A metaphor formed in his mind, complete and effortless: in meteorology, “parallel solitude” describes two high-pressure systems moving side by side without ever truly interacting. They affect the surrounding weather, create winds, steer fronts, but they themselves never touch, never merge. They occupy the same space, obey the same physical laws, yet remain forever separated by invisible air currents.
It was too precise. Too comfortable. Because that metaphor removed choice. Pressure systems do not choose to remain apart; they simply exist. Humans choose.
He realized that by observing Sayaka like a weather system—recording her patterns, predicting her movements—he was in fact searching for himself. A version of himself lost within the data. And within that observation was an acknowledgment: their parallelism was not destiny. It was a fortress they had built together, brick by brick, made of unsaid things, unasked questions, restrained touches.
—
Night fell quickly, swallowing the resort grounds in darkness lit only by window lights. Sayaka ate dinner alone in her room, a tray delivered from the dining area. She tried to read the novel she had brought, but the words floated on the page without meaning. Her thoughts returned to the dim corridor, to the scent of hōjicha, to the intersection of footprints in the snow.

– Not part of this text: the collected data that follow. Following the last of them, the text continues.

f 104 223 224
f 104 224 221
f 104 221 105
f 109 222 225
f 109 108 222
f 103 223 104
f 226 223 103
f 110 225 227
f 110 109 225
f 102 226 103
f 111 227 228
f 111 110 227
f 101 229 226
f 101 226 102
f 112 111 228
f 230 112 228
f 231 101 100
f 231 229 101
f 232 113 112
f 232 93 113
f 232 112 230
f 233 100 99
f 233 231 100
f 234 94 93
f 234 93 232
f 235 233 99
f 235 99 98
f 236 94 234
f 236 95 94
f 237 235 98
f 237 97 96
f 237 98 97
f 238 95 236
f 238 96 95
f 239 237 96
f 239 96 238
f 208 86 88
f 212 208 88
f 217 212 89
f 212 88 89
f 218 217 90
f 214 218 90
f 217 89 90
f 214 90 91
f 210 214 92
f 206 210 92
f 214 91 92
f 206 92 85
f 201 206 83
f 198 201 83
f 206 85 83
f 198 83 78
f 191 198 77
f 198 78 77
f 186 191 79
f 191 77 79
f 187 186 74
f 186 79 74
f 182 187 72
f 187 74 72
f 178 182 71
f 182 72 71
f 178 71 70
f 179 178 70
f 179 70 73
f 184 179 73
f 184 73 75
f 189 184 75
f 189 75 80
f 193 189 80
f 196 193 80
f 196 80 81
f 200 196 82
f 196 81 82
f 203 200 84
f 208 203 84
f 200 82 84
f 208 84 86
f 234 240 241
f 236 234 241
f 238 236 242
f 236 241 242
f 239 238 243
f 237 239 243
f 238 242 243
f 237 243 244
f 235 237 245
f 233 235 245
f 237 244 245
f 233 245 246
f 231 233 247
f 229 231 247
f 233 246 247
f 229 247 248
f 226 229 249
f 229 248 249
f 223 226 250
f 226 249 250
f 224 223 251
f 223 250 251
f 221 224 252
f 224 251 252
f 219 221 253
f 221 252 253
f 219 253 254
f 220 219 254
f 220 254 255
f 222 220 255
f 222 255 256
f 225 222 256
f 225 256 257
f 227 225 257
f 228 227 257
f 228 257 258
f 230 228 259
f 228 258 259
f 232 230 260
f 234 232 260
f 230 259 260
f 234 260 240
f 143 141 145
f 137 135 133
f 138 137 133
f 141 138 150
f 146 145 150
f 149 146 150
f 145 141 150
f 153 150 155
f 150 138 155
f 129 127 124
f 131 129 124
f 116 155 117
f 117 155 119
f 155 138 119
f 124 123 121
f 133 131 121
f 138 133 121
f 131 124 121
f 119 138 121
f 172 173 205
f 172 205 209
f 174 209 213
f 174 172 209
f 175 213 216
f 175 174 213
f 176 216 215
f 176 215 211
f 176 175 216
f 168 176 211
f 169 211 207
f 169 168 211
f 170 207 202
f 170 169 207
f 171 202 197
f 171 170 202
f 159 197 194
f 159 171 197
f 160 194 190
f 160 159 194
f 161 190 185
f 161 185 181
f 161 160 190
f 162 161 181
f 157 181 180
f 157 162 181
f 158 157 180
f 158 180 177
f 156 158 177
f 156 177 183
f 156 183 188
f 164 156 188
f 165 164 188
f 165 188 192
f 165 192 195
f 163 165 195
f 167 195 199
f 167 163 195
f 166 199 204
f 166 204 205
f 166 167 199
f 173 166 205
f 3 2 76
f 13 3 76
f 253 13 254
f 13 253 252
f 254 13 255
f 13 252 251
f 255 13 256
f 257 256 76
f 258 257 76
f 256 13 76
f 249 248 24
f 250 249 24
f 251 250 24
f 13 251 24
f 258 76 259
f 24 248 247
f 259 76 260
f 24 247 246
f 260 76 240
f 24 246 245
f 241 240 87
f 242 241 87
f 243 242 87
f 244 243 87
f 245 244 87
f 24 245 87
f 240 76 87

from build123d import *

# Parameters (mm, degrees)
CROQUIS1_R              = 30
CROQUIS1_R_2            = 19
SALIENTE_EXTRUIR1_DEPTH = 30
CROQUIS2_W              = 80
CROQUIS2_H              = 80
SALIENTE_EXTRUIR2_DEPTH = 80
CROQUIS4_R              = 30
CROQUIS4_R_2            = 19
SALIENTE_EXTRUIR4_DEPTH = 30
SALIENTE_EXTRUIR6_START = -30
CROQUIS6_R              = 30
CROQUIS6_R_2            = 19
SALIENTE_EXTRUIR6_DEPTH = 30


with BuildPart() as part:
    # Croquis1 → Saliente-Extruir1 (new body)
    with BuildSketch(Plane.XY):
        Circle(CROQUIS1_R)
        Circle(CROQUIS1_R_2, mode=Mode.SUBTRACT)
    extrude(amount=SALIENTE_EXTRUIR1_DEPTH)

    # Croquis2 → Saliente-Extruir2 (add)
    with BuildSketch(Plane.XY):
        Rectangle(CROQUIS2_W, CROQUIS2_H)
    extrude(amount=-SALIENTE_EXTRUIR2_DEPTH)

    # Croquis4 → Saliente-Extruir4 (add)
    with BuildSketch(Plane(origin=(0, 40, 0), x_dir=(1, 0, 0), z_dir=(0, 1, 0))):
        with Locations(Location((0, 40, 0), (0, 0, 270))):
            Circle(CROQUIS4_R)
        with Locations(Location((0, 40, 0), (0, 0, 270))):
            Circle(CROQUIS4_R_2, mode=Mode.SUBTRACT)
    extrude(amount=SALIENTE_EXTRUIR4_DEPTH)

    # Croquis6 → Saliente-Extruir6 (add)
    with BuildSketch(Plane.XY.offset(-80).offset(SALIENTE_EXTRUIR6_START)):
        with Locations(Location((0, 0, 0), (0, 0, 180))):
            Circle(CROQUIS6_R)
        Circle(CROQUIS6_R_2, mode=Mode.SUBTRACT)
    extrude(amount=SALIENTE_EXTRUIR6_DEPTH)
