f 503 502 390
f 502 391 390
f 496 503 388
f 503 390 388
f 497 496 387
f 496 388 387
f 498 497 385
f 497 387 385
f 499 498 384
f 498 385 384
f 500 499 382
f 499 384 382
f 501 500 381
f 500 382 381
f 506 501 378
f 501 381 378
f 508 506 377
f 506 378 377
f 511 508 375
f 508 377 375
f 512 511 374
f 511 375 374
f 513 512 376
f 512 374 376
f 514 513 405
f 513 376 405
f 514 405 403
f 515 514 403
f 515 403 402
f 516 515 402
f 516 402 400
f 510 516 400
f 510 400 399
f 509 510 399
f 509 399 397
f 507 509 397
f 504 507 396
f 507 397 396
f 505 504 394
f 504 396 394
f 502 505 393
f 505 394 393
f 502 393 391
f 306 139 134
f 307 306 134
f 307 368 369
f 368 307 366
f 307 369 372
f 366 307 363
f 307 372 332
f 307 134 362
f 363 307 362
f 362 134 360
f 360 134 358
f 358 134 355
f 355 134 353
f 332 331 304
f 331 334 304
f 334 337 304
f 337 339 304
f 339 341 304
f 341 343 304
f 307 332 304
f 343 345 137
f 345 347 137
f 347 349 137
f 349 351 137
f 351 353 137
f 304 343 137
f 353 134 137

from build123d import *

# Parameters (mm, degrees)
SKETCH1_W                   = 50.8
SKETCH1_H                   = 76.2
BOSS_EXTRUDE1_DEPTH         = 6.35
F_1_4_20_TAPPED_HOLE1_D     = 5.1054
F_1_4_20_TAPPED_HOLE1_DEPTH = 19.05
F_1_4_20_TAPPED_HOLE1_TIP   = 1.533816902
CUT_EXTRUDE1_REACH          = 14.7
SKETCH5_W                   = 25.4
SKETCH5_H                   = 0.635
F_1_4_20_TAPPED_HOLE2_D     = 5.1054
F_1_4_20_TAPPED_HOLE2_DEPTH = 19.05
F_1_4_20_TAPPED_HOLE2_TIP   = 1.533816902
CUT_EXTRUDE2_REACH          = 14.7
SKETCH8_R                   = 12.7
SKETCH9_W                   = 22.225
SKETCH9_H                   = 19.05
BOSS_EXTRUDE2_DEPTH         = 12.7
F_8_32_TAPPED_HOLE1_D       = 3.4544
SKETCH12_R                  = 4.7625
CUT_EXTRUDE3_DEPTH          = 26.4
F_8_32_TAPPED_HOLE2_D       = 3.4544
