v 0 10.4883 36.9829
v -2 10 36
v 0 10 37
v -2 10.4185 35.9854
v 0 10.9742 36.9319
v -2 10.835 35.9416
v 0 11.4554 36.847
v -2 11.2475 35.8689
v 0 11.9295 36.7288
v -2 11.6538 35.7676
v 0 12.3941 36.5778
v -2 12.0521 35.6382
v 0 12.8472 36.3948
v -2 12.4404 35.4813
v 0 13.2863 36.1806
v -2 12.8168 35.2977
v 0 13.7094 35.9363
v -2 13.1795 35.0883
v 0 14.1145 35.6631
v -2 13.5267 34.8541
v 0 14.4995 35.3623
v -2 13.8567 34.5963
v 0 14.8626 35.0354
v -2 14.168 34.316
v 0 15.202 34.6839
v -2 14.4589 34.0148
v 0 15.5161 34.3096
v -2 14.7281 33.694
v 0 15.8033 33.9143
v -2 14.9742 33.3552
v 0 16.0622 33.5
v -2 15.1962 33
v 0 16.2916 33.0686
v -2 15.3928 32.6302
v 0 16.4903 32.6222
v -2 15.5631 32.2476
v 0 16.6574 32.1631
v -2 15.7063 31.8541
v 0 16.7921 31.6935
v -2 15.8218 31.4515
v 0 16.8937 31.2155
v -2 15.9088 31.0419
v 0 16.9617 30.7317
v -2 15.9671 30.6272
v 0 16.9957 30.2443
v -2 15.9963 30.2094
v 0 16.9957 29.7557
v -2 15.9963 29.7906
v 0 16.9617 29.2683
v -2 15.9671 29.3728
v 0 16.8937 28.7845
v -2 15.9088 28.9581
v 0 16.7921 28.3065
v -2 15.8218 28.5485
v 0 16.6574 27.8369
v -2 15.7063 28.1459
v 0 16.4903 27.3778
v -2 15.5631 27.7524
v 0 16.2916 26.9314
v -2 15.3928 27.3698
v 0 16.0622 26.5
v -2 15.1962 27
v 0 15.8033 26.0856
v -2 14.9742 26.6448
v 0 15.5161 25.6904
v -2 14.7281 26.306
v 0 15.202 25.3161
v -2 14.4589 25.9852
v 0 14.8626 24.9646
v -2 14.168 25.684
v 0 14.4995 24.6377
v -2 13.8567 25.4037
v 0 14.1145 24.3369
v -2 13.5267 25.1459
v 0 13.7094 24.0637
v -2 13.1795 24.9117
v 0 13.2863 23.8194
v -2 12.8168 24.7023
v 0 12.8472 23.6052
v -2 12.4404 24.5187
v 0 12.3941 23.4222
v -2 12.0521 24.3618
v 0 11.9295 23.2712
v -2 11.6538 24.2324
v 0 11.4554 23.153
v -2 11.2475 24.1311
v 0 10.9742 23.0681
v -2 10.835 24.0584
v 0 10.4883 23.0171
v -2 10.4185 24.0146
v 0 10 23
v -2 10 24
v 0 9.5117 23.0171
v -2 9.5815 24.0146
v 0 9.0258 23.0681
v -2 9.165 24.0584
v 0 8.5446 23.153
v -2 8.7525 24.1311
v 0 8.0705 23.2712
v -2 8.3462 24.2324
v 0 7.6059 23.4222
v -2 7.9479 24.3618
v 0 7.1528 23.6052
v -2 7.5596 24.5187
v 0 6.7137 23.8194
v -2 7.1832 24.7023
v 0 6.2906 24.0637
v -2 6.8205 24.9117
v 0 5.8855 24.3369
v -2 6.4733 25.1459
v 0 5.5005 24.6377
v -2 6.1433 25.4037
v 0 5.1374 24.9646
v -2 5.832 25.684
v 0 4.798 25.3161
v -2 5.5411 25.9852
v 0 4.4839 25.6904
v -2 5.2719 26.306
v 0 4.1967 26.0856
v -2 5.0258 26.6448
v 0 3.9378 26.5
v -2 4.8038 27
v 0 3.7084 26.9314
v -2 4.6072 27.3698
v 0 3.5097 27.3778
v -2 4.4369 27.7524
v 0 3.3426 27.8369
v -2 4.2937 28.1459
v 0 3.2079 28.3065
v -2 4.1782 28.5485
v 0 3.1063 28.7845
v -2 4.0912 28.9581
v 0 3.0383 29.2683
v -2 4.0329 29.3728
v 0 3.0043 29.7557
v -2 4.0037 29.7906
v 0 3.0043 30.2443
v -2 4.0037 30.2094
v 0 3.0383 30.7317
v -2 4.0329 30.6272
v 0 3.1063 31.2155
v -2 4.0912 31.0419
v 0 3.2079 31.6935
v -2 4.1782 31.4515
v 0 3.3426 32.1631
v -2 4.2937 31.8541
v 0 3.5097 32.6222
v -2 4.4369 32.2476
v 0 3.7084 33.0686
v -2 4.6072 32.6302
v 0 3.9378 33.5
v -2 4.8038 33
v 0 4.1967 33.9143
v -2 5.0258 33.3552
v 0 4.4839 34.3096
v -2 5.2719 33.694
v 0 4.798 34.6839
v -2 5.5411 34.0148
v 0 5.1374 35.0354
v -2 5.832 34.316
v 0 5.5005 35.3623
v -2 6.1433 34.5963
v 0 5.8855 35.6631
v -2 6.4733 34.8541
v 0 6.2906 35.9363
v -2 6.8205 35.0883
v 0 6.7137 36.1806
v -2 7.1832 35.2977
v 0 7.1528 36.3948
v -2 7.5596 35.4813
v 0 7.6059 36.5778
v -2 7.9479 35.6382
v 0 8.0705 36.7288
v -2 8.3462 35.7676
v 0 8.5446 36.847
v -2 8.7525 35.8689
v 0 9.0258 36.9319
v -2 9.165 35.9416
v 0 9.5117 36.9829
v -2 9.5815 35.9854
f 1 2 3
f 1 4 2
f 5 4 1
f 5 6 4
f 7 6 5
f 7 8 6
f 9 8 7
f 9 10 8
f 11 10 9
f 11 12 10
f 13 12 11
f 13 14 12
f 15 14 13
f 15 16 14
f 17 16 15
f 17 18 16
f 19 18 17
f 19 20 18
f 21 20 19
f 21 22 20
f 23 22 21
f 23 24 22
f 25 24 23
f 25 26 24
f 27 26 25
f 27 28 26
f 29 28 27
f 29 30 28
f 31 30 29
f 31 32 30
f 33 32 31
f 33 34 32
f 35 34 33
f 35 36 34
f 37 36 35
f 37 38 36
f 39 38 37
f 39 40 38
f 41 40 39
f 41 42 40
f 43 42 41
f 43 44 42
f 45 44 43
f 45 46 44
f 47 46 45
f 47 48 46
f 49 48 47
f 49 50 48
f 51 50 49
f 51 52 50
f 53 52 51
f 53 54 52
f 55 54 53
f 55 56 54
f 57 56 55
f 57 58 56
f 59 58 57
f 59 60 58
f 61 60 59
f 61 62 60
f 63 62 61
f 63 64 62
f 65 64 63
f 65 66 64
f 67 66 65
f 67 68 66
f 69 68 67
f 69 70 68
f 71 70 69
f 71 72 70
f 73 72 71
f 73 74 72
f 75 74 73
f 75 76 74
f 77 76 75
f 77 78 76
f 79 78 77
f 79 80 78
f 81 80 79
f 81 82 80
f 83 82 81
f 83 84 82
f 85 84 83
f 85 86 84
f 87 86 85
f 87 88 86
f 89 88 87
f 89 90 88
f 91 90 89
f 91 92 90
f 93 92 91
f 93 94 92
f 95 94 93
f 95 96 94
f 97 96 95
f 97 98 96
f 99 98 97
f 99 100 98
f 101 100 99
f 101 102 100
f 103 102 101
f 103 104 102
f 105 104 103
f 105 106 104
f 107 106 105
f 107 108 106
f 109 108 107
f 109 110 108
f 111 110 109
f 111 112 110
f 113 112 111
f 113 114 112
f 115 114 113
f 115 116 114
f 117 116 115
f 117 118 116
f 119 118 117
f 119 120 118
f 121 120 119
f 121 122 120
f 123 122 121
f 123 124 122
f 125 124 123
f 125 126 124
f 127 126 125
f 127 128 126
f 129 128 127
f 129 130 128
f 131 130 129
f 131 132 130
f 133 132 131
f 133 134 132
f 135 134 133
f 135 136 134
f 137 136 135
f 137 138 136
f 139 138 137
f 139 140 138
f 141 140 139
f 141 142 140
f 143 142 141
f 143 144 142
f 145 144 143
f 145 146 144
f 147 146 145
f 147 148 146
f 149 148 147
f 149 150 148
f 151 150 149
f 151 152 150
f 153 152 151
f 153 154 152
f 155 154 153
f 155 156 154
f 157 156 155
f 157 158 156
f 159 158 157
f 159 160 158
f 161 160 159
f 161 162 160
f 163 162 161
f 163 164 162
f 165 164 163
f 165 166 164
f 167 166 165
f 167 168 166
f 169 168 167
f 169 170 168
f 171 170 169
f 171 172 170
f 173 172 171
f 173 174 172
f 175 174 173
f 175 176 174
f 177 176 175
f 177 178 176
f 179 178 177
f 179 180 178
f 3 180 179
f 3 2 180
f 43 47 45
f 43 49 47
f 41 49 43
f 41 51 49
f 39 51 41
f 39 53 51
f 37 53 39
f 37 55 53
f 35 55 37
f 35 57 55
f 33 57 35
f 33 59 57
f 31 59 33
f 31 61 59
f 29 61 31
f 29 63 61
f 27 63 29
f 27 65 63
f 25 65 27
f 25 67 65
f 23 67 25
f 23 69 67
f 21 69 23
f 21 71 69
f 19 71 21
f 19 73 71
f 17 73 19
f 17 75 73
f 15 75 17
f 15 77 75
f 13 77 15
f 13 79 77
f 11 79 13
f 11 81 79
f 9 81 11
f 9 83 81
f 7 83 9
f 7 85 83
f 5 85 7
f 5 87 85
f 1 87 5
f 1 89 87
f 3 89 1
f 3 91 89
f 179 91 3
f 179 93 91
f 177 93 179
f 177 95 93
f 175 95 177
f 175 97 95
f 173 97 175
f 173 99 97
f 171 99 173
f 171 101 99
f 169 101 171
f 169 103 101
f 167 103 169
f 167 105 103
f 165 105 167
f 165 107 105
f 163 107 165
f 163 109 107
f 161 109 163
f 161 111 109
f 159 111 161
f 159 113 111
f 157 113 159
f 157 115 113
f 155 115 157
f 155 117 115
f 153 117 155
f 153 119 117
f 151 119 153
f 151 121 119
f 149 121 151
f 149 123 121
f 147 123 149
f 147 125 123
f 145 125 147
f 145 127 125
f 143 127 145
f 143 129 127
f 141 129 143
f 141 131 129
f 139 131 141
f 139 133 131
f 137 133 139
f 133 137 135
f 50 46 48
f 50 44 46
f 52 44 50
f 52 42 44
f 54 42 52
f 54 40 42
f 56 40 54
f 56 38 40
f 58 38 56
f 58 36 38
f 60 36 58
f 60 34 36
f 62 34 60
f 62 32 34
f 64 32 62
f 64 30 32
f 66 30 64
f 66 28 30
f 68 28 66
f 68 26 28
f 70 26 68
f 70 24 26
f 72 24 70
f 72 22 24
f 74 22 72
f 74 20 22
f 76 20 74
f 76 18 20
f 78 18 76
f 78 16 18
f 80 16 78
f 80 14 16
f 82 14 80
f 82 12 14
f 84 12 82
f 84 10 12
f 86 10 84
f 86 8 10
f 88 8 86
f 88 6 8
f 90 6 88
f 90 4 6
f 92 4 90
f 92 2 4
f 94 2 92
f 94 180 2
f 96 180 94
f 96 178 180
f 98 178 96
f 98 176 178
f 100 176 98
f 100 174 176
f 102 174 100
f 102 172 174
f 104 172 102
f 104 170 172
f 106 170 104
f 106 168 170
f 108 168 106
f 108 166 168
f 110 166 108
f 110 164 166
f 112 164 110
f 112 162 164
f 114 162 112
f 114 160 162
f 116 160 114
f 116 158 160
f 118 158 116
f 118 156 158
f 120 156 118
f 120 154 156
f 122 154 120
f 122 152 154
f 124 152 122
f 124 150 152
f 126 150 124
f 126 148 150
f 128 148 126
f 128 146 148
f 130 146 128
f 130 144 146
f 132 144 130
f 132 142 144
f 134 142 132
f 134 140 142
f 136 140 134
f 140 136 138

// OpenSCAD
$fn=90;
Rencaixpetit=4.75;//medir
Hencaixpetit=5;//medir
Rencaixgran=10.5;
HencaixgranAmple=3;//comprovar
HencaixgranEstret=2;//Comprovar
distAmple=2;
distEstret=3;

module servo(encaix)
{
  
  {
    cube([40,20,40]);
    translate([0,10,30])rotate([0,270,0])//continuació eix
    {
      cylinder(r1=7,r2=6,h=2,$fn=90);
      cylinder(r=6.5/2,h=6,$fn=90);
    }
  }
  translate([40,10,30])rotate([0,90,0])//eix
  {
    color([0,0,0])cylinder(r1=7,r2=6,h=2,$fn=90);
    color([213/255,181/255,79/255]) cylinder(r=3,h=6,$fn=90);
  }
  translate([40,0,0])rotate([90,0,90])//3 forats per collar
  {
    translate([10,3])cylinder(r=1,h=10,$fn=90);
    translate([10,3,3])cylinder(r=1.75,h=7,$fn=90);
    translate([3,10])cylinder(r=1,h=10,$fn=90);
    translate([3,10,3])cylinder(r=1.75,h=7,$fn=90);
    translate([17,10])cylinder(r=1,h=10,$fn=90);
    translate([17,10,3])cylinder(r=1.75,h=7,$fn=90);
  }
  rotate([0,-90,0])
  {
    translate([2.5,2.5])cylinder(r=1,h=10,$fn=90);
    translate([2.5,2.5,3])cylinder(r=1.75,h=7,$fn=90);
    translate([2.5,17.5])cylinder(r=1,h=10,$fn=90);
    translate([2.5,17.5,3])cylinder(r=1.75,h=7,$fn=90);
    translate([17.5,2.5])cylinder(r=1,h=10,$fn=90);
    translate([17.5,2.5,3])cylinder(r=1.75,h=7,$fn=90);
    translate([17.5,17.5])cylinder(r=1,h=10,$fn=90);
    translate([17.5,17.5,3])cylinder(r=1.75,h=7,$fn=90);
  }
  if(encaix==true)
  {
    translate([45,10,30])rotate([0,270,0])//continuació eix
    {
      translate([0,0,-2.5])cylinder(r=7,h=55,$fn=90);
    }
     translate([-7.5,3,30])cube([55,14,10]);
  }
}

module servoUncostat(encaix)
{
  cube([40,20,40]);
  translate([40,10,30])rotate([0,90,0])//eix
  {
    color([0,0,0])cylinder(r1=7,r2=6,h=2,$fn=90);
    color([213/255,181/255,79/255]) cylinder(r=3,h=6,$fn=90);
  }
  translate([40,0,0])rotate([90,0,90])//3 forats per collar
  {
    translate([10,3])cylinder(r=1,h=10,$fn=90);
    translate([10,3,3])cylinder(r=1.75,h=7,$fn=90);
    translate([3,10])cylinder(r=1,h=10,$fn=90);
    translate([3,10,3])cylinder(r=1.75,h=7,$fn=90);
    translate([17,10])cylinder(r=1,h=10,$fn=90);
    translate([17,10,3])cylinder(r=1.75,h=7,$fn=90);
  }
}

module encaix(ample)
{
    cylinder(r=Rencaixpetit,h=Hencaixpetit);
    if (ample)translate([0,0,distAmple])cylinder(r=Rencaixgran,h=HencaixgranAmple);
    else translate([0,0,distEstret])cylinder(r=Rencaixgran,h=HencaixgranEstret);
    translate([0,0,-1])cylinder(r=1.5,h=15);
    translate([7,0,-3])cylinder(r=1.5,h=10);
    translate([-7,0,-3])cylinder(r=1.5,h=10);
    translate([0,7,-3])cylinder(r=1.5,h=10);
    translate([0,-7,-3])cylinder(r=1.5,h=10);
    translate([0,0,-1]) cylinder(r=3,h=16);
    translate([7,0,distAmple+HencaixgranAmple+2]) cylinder(r=3,h=10);
    translate([-7,0,distAmple+HencaixgranAmple+2]) cylinder(r=3,h=10);
    translate([0,7,distAmple+HencaixgranAmple+2]) cylinder(r=3,h=10);
    translate([0,-7,distAmple+HencaixgranAmple+2]) cylinder(r=3,h=10);
}

module servoBlau()
{
      cube([22,12.2,22]);
      translate([-5,0,15.5])cube([32,12.2,3.5]);
      translate([6,6,0])cylinder(r=6,h=26);
      translate([6+6.5,6,0])cylinder(r=3,h=26);
}

module encaix_continuacio()
{
    translate([0,0,1.5])cylinder(r=Rencaixpetit,h=1.5);
    translate([0,0,distEstret])cylinder(r=Rencaixgran,h=HencaixgranEstret);
    translate([0,0,-1])cylinder(r=1.5,h=15);
    translate([7,0,-3])cylinder(r=1.5,h=10);
    translate([-7,0,-3])cylinder(r=1.5,h=10);
    translate([0,7,-3])cylinder(r=1.5,h=10);
    translate([0,-7,-3])cylinder(r=1.5,h=10);
    translate([0,0,-1]) cylinder(r=3,h=16);
    translate([7,0,distAmple+HencaixgranAmple+2]) cylinder(r=3,h=10);
    translate([-7,0,distAmple+HencaixgranAmple+2]) cylinder(r=3,h=10);
    translate([0,7,distAmple+HencaixgranAmple+2]) cylinder(r=3,h=10);
    translate([0,-7,distAmple+HencaixgranAmple+2]) cylinder(r=3,h=10);
}

translate([0,10,30])rotate([0,270,0])//continuació eix
    {
      cylinder(r1=7,r2=6,h=2,$fn=90);
  
    }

At ten p.m., the resort was completely quiet. Only the roar of wind outside, the groaning of the building under the weight, and the distant hum of the heating system working against the cold.
Sayaka lay on the bed, eyes open, staring at the dark ceiling. She counted her breaths, as she once taught Kaito when he struggled to sleep: inhale for four counts, hold for four counts, exhale for four counts. The rhythm was calming.
In room 312, Souta did almost the same, though with a different purpose. He lay on his back, listening. He counted the intervals between stronger gusts, estimating their speed from the changing pitch as the wind passed different corners of the building. Northwest wind, 20–25 km/h. Increasing.
Two people, separated by a twelve-centimeter-thick wooden wall and a silent ocean of history, lay awake in the same darkness. Each processed the day in their own way—through feeling, through data, through memory. Each recorded emotional observation that would never enter any report or journal.